When you decide to publish your modules for other people to use, distutils provides a standard way for them to install your modules on their machines. (The "dist" in "distutils" means distribution, as in distributing your software to others.)
This is somewhat related to this question. Let's say I have a package that I want to deploy via rpm because I need to do some file copying on post-install and I have some non-python dependencies I want to declare. But let's also say I have some python dependencies that are easily available in PyPI. It seems like if I just package as an egg, an unzip followed by python setup.py install will automatically take care of my python dependencies, at the expense of losing any post-install functionality and non-python dependencies.
Is there any recommended way of doing this? I suppose I could specify this in a pre-install script, but then I'm getting into information duplication and not really using setuptools for much of anything.

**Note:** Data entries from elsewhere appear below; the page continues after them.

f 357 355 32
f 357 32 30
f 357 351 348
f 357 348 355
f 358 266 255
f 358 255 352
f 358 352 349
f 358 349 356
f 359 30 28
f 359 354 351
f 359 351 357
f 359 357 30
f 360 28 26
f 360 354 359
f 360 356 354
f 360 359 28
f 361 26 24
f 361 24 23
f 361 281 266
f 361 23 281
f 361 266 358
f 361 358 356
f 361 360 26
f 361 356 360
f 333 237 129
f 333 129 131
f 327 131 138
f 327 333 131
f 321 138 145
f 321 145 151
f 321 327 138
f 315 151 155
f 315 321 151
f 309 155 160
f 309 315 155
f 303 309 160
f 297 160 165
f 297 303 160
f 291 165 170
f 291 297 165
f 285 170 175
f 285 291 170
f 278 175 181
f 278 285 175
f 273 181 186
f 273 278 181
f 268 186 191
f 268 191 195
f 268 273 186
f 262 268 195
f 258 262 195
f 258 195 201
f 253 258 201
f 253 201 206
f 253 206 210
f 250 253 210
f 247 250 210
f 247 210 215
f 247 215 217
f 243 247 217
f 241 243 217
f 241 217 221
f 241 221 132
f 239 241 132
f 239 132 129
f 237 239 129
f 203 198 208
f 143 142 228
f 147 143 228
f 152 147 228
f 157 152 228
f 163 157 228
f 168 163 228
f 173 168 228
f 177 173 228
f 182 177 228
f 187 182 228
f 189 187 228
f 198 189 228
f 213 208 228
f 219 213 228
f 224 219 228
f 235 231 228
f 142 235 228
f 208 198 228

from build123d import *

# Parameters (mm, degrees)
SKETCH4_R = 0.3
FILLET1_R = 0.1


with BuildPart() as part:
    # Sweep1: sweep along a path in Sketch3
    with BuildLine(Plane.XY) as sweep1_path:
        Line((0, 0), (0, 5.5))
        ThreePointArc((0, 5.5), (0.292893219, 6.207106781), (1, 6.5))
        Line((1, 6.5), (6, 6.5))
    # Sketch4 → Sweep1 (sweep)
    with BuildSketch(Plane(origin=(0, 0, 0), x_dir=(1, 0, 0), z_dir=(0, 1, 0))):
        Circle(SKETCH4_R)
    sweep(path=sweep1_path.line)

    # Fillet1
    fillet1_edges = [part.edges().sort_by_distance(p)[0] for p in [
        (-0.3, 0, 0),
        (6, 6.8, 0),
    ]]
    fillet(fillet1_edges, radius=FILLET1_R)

(My current setup involves passing install_requires = ['dependency_name'] to setup, which works for python setup.py bdist_egg and unzip my_package.egg; python my_package/setup.py install, but not for python setup.py bdist_rpm --post-install post-install.sh and rpm --install my_package.rpm.)
I think it would be best if your python dependencies were available as RPMs also, and declared as dependencies in the RPM. If they aren't available elsewhere, create them yourself, and put them in your yum repository.
Running PyPI installations as a side effect of RPM installation is evil, as it won't support proper uninstallation (i.e. uninstalling your RPM will remove your package, but leave the dependencies behind, with no proper removal procedure).